Most podcasts are given away for free (though not all), but that doesn’t mean they want their work to go out early or to go on channels they don’t control. Additionally, branded content has been one of the most successful areas for revenue growth, as we have previously reported. When a big brand hires a company to produce programming that extols its virtues, it wants to control every facet of its distribution.

So we wondered: have podcasting companies thought through security practices to make sure episodes don’t get stolen early?

The industry has a lot in common with the original video industry. In particular, people work in different places, files get shared and different professionals work on different pieces of the overall production. One editor cuts it down, someone else might optimize the sound and another person comes in to add sound effects or music. The more offices a show gets shared with, the more chances a cybercriminal has to steal it.

“In short, file exchanges with production companies and client are largely done via Google Drive and Dropbox,” Corey Coates, a manager at podcast production company Podfly, wrote the Observer in an email. “From there, many production houses use Adobe Creative Cloud for collaboration with show runners, engineers, and producers.” Other sources with knowledge of the industry confirmed Coates’ account.

Coates added that some Podfly clients require sharing files using their own proprietary software, especially if they have regulatory compliance consers. Filesharing may be secure, but the Netflix hack showed that the computer a vendor downloads a file to still might not be.

The Observer reached out to many of the biggest companies in podcasting, both original content companies and producers for hire. Most of them did not reply. One of the newer companies, Brooklyn’s Two-Up Production which makes Limetown, sent us a candid reply, which we suspect reflects the general state of security in podcasting.
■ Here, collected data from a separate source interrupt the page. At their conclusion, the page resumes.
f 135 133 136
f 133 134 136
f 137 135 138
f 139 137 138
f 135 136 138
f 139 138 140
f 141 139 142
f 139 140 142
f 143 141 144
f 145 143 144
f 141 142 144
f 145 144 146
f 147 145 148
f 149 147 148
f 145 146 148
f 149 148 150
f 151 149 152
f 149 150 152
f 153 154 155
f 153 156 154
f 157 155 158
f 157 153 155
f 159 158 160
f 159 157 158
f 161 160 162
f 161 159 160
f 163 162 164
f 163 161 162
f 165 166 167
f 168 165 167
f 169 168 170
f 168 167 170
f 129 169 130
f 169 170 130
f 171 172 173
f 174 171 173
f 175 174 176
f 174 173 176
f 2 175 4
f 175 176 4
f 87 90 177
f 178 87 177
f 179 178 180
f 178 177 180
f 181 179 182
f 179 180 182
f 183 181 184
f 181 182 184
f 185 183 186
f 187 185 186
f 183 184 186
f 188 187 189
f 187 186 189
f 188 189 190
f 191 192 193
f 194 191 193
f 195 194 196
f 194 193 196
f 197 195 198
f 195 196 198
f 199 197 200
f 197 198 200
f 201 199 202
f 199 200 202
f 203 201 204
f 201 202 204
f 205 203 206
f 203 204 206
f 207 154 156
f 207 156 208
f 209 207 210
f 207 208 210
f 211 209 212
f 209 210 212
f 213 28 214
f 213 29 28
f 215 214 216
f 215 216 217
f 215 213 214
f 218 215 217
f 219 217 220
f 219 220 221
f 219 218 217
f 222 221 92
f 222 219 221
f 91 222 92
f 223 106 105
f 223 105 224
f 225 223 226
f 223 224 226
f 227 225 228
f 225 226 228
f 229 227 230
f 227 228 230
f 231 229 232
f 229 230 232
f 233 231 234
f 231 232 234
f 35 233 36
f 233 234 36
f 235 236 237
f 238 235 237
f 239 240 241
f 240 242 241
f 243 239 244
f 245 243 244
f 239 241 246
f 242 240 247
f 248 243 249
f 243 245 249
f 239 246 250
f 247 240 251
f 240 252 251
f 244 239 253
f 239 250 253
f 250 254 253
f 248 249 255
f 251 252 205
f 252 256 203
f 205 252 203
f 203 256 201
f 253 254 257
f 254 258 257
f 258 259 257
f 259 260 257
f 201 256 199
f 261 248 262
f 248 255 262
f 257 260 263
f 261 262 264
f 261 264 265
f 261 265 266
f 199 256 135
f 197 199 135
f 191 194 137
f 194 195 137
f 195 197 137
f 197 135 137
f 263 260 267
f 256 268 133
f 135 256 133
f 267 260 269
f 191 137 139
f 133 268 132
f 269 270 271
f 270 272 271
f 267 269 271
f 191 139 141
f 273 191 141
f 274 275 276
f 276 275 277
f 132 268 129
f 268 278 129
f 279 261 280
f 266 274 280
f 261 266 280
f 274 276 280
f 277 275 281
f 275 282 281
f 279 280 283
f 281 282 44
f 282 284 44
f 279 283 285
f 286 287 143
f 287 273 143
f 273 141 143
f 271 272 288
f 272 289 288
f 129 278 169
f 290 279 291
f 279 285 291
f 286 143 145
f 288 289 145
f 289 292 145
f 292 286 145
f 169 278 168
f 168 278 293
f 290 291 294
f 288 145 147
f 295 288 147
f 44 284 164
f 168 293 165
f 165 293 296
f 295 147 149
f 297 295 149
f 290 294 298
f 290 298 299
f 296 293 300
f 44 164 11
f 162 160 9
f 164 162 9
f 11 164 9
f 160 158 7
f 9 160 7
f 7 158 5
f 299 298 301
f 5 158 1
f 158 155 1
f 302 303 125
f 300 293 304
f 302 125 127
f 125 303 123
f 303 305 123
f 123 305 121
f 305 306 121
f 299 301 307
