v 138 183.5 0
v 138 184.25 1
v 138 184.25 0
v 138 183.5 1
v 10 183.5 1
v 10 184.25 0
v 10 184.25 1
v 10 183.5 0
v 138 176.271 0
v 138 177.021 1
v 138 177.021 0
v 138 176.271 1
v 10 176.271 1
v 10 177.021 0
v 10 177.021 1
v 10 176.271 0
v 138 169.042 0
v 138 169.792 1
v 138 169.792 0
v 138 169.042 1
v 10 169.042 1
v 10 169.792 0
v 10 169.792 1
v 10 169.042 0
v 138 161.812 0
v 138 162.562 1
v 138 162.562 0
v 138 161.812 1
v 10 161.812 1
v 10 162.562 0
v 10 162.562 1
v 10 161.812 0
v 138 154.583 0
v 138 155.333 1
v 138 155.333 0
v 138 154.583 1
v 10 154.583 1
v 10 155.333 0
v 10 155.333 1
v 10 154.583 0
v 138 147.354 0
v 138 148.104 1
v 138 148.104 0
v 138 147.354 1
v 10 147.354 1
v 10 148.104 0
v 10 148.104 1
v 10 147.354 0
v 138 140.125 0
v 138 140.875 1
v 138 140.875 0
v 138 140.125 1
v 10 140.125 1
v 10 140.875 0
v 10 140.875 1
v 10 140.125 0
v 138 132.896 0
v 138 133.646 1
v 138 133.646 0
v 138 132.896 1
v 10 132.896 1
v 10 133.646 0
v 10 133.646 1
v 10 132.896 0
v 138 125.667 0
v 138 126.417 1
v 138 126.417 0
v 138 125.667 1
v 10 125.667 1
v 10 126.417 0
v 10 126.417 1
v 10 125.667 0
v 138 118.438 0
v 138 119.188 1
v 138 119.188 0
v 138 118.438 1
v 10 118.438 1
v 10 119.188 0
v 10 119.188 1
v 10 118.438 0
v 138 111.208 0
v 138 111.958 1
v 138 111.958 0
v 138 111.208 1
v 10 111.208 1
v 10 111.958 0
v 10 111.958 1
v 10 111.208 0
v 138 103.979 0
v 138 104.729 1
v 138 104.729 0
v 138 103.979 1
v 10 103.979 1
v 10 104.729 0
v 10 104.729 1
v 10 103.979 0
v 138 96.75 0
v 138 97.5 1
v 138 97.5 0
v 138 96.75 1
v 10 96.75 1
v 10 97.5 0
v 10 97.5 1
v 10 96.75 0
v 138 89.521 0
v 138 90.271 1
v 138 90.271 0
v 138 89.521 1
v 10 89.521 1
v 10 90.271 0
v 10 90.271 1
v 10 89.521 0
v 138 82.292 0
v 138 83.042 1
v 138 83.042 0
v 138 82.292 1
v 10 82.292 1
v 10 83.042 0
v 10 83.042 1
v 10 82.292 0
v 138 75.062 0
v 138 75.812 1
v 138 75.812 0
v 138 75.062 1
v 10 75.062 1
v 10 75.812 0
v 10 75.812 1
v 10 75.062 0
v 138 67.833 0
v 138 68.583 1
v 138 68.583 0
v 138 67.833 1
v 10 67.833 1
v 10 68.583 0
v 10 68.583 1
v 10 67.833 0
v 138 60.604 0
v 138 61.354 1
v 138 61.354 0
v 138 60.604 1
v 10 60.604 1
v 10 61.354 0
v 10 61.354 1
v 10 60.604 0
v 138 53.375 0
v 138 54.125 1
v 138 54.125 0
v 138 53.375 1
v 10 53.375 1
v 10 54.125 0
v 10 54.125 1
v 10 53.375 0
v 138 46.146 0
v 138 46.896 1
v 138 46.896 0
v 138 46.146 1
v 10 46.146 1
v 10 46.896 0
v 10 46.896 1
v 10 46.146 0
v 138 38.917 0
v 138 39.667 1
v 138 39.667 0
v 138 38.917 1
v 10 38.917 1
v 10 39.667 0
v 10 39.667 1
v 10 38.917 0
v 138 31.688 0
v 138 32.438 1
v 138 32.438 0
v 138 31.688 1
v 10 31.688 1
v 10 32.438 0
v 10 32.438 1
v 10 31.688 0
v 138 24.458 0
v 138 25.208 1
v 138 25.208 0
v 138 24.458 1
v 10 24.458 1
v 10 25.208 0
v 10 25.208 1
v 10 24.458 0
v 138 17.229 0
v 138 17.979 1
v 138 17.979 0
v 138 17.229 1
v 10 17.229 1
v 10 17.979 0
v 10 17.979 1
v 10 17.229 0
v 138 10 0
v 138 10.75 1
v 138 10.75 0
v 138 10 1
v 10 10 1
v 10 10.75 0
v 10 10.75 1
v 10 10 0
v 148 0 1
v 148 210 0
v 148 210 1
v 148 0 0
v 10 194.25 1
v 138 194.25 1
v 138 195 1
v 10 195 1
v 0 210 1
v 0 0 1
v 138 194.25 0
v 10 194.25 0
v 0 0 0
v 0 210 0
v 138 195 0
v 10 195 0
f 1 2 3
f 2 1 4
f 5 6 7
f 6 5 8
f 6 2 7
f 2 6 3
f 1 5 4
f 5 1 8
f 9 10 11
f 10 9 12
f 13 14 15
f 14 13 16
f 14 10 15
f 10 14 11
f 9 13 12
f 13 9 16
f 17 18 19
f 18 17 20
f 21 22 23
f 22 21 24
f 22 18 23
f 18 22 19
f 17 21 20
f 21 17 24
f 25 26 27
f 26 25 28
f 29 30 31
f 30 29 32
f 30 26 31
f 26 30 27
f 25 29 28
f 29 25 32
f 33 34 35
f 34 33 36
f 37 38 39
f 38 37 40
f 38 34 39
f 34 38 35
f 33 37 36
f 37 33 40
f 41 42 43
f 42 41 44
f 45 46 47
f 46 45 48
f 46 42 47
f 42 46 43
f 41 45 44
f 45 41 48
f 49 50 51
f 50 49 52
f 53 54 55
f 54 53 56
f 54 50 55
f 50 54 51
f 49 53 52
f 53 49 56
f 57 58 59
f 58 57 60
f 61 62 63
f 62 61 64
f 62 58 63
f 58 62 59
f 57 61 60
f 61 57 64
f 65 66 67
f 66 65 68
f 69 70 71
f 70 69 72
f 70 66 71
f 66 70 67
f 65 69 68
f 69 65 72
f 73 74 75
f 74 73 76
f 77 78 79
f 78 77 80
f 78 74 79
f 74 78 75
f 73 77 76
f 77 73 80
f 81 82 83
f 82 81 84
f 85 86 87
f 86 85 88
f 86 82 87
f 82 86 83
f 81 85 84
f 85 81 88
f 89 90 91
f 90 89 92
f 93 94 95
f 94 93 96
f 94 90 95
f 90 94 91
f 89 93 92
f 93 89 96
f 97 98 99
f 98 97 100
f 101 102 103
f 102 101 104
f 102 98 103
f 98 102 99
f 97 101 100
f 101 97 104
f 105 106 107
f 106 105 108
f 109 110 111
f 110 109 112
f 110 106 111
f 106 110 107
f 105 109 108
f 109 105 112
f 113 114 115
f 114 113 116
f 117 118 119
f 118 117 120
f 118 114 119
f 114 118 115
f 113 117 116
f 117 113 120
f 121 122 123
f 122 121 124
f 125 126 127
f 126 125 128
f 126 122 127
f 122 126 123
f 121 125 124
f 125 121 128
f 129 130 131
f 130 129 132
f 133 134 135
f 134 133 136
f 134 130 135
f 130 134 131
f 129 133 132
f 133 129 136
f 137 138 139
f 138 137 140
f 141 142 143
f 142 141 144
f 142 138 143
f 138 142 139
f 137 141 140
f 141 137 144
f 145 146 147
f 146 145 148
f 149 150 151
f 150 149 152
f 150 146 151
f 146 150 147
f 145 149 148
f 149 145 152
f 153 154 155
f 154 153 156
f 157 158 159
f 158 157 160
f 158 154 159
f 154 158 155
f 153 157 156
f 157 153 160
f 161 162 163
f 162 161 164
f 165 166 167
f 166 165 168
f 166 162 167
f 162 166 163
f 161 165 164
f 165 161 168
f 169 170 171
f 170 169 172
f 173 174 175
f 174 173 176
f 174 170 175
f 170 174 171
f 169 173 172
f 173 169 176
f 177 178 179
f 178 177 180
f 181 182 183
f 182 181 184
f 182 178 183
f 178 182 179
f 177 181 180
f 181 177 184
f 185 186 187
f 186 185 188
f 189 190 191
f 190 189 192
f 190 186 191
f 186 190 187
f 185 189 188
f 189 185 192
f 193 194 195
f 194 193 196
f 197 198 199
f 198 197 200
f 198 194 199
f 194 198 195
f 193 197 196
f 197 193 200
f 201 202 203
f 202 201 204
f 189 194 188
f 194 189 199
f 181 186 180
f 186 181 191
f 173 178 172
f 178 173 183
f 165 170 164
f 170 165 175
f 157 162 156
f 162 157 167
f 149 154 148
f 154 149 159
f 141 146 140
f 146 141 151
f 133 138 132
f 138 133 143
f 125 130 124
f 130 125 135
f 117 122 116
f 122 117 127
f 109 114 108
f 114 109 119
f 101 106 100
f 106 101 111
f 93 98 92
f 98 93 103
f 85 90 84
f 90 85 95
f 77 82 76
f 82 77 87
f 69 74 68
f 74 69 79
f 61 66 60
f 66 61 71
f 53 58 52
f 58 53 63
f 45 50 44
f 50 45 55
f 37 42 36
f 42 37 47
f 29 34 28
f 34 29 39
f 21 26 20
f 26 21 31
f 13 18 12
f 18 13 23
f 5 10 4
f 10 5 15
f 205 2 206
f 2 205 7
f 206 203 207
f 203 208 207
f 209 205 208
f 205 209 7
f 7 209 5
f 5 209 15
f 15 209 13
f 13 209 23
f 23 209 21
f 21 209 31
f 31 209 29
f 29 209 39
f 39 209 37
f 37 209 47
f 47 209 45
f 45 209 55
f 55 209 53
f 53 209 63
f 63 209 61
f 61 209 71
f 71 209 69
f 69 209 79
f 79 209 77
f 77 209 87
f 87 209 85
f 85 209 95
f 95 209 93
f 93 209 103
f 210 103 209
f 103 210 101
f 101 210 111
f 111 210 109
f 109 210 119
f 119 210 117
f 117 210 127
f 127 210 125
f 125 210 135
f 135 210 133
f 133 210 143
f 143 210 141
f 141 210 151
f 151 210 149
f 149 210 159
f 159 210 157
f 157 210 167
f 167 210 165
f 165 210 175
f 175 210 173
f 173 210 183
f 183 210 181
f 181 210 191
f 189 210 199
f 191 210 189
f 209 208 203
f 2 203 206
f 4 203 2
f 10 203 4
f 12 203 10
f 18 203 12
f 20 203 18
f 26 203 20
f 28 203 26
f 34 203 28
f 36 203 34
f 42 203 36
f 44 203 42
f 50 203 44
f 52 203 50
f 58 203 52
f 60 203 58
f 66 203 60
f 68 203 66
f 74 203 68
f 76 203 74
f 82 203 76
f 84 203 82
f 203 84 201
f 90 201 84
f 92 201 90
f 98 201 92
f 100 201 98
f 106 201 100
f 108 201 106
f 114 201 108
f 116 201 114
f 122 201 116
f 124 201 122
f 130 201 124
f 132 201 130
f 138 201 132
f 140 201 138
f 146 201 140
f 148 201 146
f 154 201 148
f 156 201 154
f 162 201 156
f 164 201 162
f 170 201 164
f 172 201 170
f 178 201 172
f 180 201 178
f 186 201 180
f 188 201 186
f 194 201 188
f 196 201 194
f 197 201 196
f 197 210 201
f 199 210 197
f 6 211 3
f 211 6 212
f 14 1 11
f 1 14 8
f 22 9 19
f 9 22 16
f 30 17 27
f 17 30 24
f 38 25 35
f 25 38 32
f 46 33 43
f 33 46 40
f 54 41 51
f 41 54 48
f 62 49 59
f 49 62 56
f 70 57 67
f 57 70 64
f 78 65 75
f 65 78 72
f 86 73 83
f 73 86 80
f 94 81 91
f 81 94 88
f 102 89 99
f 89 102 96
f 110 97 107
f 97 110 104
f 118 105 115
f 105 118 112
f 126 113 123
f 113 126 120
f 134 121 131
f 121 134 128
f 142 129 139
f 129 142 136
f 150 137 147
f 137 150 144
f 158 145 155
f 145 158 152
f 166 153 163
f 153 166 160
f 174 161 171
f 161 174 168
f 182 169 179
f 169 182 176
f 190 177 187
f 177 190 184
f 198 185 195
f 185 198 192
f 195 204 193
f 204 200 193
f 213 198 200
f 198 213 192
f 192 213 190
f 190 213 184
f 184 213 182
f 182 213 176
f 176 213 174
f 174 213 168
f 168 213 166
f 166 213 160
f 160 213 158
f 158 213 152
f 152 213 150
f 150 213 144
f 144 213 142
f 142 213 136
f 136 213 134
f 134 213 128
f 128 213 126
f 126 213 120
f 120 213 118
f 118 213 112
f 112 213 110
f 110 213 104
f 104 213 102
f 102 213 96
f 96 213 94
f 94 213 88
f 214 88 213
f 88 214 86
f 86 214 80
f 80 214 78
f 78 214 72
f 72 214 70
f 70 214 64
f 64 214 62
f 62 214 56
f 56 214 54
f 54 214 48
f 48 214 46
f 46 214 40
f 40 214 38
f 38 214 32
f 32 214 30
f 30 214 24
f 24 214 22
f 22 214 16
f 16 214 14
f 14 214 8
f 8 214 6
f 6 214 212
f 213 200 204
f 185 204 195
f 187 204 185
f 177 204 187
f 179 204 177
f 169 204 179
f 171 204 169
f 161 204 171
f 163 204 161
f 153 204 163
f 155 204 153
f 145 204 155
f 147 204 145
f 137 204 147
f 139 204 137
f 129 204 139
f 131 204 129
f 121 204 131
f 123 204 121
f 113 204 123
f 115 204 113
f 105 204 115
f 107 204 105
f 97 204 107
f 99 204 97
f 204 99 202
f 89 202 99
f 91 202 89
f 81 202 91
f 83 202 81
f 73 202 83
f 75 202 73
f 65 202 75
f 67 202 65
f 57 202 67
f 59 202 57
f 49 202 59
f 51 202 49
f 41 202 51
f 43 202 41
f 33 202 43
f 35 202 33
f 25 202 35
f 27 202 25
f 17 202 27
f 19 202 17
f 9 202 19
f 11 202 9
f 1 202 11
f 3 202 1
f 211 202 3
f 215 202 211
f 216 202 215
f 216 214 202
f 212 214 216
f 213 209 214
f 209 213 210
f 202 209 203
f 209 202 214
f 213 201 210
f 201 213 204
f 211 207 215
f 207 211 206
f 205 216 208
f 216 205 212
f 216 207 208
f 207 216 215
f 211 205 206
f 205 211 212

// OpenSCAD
// --- Parameters ---
// Overall dimensions of the stencil
// Width [mm]
page_width = 148;
// Height [mm]
page_height = 210;

// Padding from the stencil edges to the line area (margins)
// Space above the title line [mm]
padding_top = 15;
// Space below the last line [mm]
padding_bottom = 10;
// Left margin [mm]
padding_left = 10;
// Right margin [mm]
padding_right = 10;

// Line Configuration
// Number of regular writing lines (excluding the title line)
num_lines = 25;
// Thickness of the slots (determines drawn line height) [mm]
line_thickness = 0.75;
// Extra vertical space below the title line slot [mm]
title_line_gap = 10;

// Stencil physical thickness
// Thickness of the stencil material [mm]
stencil_thickness = 1;


// --- Advanced Parameters ---
// Small overlap for boolean operations to avoid glitches [mm]
subtraction_overlap = 0.1;


// --- Calculations ---
// Calculate the usable width for the line slots
usable_width = page_width - padding_left - padding_right;

// Calculate the total vertical space available for all lines and gaps between them
usable_height = page_height - padding_top - padding_bottom;

// Calculate the Y position for the bottom edge of the title line slot
// Y=0 is at the bottom edge of the stencil
title_line_bottom_y = page_height - padding_top - line_thickness;

// Calculate the Y position for the bottom edge of the first regular line slot
first_regular_line_bottom_y = title_line_bottom_y - title_line_gap - line_thickness;

// Calculate the remaining vertical height available for the regular lines and the gaps between them
// This area starts from the bottom of the first regular line and ends at the top of the bottom padding
regular_lines_area_height = first_regular_line_bottom_y - padding_bottom;

// Calculate the vertical spacing between the bottom edge of one regular line slot
// and the bottom edge of the next regular line slot.
// This distributes the lines evenly within the regular lines area.
// If num_lines is 1, spacing is irrelevant but calculated anyway to avoid division by zero issues later.
line_spacing = (num_lines > 1) ? regular_lines_area_height / (num_lines -1) : regular_lines_area_height;

// Assert calculations validity
assert(usable_width > 0, "Calculated usable_width must be positive. Check paddings.");
assert(usable_height > 0, "Calculated usable_height must be positive. Check paddings.");
assert(regular_lines_area_height >= 0, "Calculated regular_lines_area_height must be non-negative. Check paddings and title_line_gap.");
assert(num_lines >= 0, "Number of lines must be non-negative.");


// --- Module Definition ---
module line_stencil() {
    difference() {
        // Create the base plate of the stencil
        cube([page_width, page_height, stencil_thickness]);

        // Subtract the title line slot
        translate([
            padding_left,
            title_line_bottom_y,
            -subtraction_overlap
        ])
        cube([
            usable_width,
            line_thickness,
            stencil_thickness + 2 * subtraction_overlap
        ]);

        // Subtract the regular line slots
        if (num_lines > 0) {
            for (i = [0 : num_lines - 1]) {
                // Calculate the Y position for the bottom edge of the current regular line
                current_line_bottom_y = first_regular_line_bottom_y - i * line_spacing;

                // Check if the line is within bounds before creating it
                if (current_line_bottom_y >= padding_bottom) {
                    translate([
                        padding_left,
                        current_line_bottom_y,
                        -subtraction_overlap
                    ])
                    cube([
                        usable_width,
                        line_thickness,
                        stencil_thickness + 2 * subtraction_overlap
                    ]);
                }
            }
        }
    }
}

// --- Run ---
line_stencil();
Co-founder Zack Akers wrote the Observer in an email that it had just begun thinking about more serious security protocols (perhaps as recently as our query). “We have started the process of making sure all our IP is stored on a private server with two-step verification as a bare minimum going forward,” he wrote, “but there will be more precaution taken beyond that, especially in light of recent events.”

The Observer has talked with companies whose technology may fit this kind of threat, but we’ve not had demonstrations of either. Both Vera and Sndr offer products that secure files at a distance. They claim to be able to place permissions on any file without creating additional friction for the end user. If a breach should occur and someone loses control of a file, both systems claim to be able to track the stolen copies and remove permissions. Once that happens, the files turn into encrypted blocks of nonsensical data, the digital equivalent of a brick.

“The actual economic impact of a breach is not super significant,” Erik Diehn, CEO of E.W. Scripps subsidiary Midroll Media, told the Observer in a phone call. While the industry is profitable and growing, the cost for losing any one show is not so great that his company has focused on adding steps into the production process to better secure content.

Midroll owns Earwolf, one of the most prominent podcasting networks, which makes shows like Sklarboro Country and Yo, is This Racist? It also produced a branded show for Casper, featuring comedian Chris Gethard. Despite the fact that it has responsibility for some of the medium’s best titles, Midroll’s threat model focuses more on protecting its customers, particularly user data for people using its podcasting app, Stitcher, especially the payment information for premium subscribers.

But if Earwolf had some shows stolen, it would probably do the same thing Netflix did, Diehn guessed: work with the police and refuse to pay. An early release would hurt, but it wouldn’t endanger the company. While he expects the day will come when a podcast could be worth as much to a network as Orange Is The New Black is worth to Netflix today, that future has not yet arrived.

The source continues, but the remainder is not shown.